Saved data entries

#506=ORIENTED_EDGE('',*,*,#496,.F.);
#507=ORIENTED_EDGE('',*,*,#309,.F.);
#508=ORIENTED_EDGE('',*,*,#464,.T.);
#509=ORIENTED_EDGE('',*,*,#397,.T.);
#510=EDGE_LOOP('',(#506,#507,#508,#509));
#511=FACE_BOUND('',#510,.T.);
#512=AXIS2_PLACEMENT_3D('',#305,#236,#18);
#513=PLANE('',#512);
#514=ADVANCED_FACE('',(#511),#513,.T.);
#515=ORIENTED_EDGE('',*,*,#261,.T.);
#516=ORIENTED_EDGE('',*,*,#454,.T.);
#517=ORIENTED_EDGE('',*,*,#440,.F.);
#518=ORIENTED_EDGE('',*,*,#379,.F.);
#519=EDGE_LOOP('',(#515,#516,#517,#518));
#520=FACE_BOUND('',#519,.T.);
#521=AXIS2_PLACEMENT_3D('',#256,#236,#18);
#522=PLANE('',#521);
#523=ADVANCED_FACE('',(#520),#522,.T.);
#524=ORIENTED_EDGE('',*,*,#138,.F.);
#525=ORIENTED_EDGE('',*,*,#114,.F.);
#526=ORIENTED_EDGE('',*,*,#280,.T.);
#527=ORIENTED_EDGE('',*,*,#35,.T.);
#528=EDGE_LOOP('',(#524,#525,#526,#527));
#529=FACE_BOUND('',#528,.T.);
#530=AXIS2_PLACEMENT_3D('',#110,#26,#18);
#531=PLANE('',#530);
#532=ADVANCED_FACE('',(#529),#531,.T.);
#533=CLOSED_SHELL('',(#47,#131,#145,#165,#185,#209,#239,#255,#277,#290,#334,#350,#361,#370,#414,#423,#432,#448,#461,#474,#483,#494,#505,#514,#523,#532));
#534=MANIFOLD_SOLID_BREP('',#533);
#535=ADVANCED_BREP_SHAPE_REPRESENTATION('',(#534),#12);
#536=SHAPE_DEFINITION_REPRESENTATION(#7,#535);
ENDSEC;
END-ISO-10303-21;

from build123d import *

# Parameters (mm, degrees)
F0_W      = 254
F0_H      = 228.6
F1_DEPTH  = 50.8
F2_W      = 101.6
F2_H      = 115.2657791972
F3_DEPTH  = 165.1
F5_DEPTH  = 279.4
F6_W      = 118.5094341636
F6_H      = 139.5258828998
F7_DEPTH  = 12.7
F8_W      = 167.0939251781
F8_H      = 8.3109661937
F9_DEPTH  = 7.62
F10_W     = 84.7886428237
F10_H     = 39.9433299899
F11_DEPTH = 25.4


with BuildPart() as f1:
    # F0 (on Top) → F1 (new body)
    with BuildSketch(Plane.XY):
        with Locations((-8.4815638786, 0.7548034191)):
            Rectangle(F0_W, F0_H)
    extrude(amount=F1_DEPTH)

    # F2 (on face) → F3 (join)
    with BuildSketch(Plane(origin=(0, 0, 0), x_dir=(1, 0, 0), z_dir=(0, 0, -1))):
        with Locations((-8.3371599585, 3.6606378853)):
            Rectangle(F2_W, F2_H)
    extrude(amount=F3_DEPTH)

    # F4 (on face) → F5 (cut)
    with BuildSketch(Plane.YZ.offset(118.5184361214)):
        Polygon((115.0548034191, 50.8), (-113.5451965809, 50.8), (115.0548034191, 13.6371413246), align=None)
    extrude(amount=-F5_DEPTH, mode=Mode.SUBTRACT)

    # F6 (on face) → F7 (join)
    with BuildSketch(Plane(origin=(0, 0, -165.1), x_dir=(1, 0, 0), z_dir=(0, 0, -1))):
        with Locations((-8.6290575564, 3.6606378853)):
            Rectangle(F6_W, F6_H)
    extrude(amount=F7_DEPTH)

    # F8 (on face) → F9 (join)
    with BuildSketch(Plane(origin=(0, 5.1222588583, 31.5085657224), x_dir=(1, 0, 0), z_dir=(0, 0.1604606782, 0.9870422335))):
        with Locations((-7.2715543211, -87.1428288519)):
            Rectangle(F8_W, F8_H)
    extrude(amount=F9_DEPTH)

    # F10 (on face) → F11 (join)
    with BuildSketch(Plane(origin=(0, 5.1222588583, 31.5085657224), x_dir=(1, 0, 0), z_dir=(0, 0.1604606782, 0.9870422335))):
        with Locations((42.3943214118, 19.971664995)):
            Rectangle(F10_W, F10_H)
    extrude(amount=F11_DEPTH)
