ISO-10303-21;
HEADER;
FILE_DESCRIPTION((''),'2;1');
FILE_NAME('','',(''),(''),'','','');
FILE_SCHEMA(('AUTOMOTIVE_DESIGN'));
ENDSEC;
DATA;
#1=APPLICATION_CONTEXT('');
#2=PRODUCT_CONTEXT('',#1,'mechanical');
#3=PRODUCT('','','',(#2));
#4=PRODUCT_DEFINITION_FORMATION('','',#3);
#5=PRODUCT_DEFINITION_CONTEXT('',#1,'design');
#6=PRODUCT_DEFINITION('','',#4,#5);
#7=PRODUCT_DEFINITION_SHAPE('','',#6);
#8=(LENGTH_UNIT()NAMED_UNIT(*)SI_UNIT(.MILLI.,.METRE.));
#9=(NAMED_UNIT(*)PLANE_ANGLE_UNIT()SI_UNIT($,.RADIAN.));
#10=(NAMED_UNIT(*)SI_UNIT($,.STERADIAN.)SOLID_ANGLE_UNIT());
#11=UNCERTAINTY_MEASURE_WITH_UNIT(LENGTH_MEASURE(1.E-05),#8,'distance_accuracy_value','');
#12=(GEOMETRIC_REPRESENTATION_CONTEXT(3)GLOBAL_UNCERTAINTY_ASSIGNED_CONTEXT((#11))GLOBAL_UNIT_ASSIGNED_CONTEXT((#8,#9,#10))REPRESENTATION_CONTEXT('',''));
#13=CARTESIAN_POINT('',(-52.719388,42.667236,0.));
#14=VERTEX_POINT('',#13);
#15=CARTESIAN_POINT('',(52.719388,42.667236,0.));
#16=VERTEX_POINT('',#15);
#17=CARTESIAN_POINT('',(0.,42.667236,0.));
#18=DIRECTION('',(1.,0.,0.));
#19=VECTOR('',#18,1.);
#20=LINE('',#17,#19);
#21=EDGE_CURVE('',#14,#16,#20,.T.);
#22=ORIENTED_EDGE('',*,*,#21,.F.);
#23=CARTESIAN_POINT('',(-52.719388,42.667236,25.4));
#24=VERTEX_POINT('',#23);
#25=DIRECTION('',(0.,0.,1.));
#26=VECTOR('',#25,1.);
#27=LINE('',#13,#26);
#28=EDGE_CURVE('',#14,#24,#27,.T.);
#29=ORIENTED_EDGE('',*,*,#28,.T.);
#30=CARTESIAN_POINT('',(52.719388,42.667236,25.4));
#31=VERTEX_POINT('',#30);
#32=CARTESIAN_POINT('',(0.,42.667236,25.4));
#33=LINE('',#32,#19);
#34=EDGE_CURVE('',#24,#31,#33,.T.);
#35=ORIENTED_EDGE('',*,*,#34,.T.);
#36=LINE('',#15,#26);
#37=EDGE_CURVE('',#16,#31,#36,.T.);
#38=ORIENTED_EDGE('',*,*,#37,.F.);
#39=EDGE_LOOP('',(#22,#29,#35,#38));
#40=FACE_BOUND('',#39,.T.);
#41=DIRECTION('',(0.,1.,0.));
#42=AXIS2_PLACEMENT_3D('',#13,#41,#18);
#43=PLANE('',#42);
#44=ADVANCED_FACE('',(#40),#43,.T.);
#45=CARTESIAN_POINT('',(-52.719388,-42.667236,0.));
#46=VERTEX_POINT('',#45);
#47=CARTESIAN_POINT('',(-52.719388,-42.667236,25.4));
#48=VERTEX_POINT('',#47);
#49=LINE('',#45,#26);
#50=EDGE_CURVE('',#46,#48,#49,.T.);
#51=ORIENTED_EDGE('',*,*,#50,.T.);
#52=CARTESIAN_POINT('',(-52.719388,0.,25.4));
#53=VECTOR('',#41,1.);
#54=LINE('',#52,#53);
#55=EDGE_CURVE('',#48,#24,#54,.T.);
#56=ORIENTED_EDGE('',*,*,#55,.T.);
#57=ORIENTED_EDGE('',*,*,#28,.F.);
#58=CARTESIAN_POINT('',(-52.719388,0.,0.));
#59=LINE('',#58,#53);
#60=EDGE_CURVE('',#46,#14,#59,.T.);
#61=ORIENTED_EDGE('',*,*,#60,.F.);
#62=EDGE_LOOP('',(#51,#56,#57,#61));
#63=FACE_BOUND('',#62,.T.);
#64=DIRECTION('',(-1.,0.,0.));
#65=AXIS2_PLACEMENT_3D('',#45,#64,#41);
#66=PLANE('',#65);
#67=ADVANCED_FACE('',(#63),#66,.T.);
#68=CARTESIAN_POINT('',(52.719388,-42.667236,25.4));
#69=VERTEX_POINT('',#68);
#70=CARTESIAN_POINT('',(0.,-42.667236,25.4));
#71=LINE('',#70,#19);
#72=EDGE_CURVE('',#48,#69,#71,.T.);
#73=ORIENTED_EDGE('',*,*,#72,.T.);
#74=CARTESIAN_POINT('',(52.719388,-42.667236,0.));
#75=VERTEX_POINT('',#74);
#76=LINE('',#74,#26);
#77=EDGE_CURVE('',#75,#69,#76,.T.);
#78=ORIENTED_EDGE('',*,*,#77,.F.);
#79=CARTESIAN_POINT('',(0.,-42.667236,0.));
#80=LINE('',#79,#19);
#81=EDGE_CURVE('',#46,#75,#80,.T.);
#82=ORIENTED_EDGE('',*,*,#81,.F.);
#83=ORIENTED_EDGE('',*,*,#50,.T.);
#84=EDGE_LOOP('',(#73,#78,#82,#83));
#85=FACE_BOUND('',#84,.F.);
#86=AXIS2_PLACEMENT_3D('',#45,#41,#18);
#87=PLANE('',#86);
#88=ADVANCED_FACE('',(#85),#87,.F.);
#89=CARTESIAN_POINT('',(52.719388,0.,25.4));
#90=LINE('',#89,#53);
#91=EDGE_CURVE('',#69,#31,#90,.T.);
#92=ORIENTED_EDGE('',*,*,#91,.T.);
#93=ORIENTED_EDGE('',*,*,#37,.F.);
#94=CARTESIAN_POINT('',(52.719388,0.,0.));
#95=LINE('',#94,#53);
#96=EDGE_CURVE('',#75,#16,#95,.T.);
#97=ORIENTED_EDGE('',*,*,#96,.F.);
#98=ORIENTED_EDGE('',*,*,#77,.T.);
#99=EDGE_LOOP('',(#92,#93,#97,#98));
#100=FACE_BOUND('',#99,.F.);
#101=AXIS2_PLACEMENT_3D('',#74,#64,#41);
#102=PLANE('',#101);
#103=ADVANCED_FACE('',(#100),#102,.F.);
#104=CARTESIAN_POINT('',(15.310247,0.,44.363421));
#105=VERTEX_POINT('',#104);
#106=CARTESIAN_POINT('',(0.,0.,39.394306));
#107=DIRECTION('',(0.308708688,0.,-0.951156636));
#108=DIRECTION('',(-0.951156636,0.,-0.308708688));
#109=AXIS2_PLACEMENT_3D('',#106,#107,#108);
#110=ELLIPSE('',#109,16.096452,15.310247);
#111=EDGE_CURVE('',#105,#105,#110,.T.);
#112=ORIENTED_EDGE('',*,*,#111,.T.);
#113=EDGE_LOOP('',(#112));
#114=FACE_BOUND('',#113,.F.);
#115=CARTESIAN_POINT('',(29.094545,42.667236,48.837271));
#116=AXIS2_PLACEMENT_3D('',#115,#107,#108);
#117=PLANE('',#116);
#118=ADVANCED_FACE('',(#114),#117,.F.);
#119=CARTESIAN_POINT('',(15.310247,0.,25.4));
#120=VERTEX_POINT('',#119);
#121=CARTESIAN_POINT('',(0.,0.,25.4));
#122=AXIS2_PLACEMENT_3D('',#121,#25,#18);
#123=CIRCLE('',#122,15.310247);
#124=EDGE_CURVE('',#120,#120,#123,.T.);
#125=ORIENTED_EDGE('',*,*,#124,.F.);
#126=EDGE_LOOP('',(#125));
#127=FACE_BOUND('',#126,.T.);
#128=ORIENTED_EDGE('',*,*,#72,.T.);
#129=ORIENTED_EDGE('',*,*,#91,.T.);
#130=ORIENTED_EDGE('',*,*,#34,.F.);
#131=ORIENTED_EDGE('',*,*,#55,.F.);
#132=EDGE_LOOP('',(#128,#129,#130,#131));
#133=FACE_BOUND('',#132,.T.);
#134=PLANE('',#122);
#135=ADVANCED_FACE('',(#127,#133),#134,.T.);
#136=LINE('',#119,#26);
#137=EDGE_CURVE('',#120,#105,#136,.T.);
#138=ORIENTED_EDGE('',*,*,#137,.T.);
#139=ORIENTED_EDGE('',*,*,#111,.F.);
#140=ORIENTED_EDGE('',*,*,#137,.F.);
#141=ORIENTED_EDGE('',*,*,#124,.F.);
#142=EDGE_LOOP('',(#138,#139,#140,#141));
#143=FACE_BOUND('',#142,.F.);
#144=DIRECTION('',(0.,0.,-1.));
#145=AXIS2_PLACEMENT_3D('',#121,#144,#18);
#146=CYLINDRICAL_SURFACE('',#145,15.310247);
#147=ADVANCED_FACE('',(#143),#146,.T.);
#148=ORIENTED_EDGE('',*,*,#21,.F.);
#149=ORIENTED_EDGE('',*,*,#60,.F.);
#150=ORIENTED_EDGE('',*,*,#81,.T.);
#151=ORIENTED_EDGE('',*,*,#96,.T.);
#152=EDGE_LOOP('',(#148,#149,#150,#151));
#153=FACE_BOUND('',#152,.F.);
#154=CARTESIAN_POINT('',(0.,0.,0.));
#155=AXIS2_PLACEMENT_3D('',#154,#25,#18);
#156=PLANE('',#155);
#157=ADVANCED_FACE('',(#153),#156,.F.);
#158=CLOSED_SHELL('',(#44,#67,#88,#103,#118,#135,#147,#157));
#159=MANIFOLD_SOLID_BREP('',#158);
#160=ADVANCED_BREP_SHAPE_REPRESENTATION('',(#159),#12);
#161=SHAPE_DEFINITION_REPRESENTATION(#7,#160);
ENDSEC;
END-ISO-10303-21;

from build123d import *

# Parameters (mm, degrees)
F0_W     = 105.438776
F0_H     = 85.334472
F1_DEPTH = 25.4
F2_R     = 15.310247
F3_DEPTH = 25.4
F5_DEPTH = 87.376


with BuildPart() as f1:
    # F0 (on Top) → F1 (new body)
    with BuildSketch(Plane.XY):
        Rectangle(F0_W, F0_H)
    extrude(amount=F1_DEPTH)

    # F2 (on face) → F3 (join)
    with BuildSketch(Plane.XY.offset(25.4)):
        Circle(F2_R)
    extrude(amount=F3_DEPTH)

    # F4 (on face) → F5 (cut)
    with BuildSketch(Plane(origin=(0, 42.667236, 0), x_dir=(-1, 0, 0), z_dir=(0, 1, 0))):
        Polygon((-27.478183, 63.615456), (-29.094545, 48.837271), (23.552727, 31.750001), (32.437156, 59.123653), align=None)
    extrude(amount=-F5_DEPTH, mode=Mode.SUBTRACT)


solid = f1.part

What this task involves –
From the entries above, return exactly the line containing "#53=VECTOR('',#41,1.);", the line containing "#61=ORIENTED_EDGE('',*,*,#60,.F.);", and all lines between, and nothing else.

Final answer –
#53=VECTOR('',#41,1.);
#54=LINE('',#52,#53);
#55=EDGE_CURVE('',#48,#24,#54,.T.);
#56=ORIENTED_EDGE('',*,*,#55,.T.);
#57=ORIENTED_EDGE('',*,*,#28,.F.);
#58=CARTESIAN_POINT('',(-52.719388,0.,0.));
#59=LINE('',#58,#53);
#60=EDGE_CURVE('',#46,#14,#59,.T.);
#61=ORIENTED_EDGE('',*,*,#60,.F.);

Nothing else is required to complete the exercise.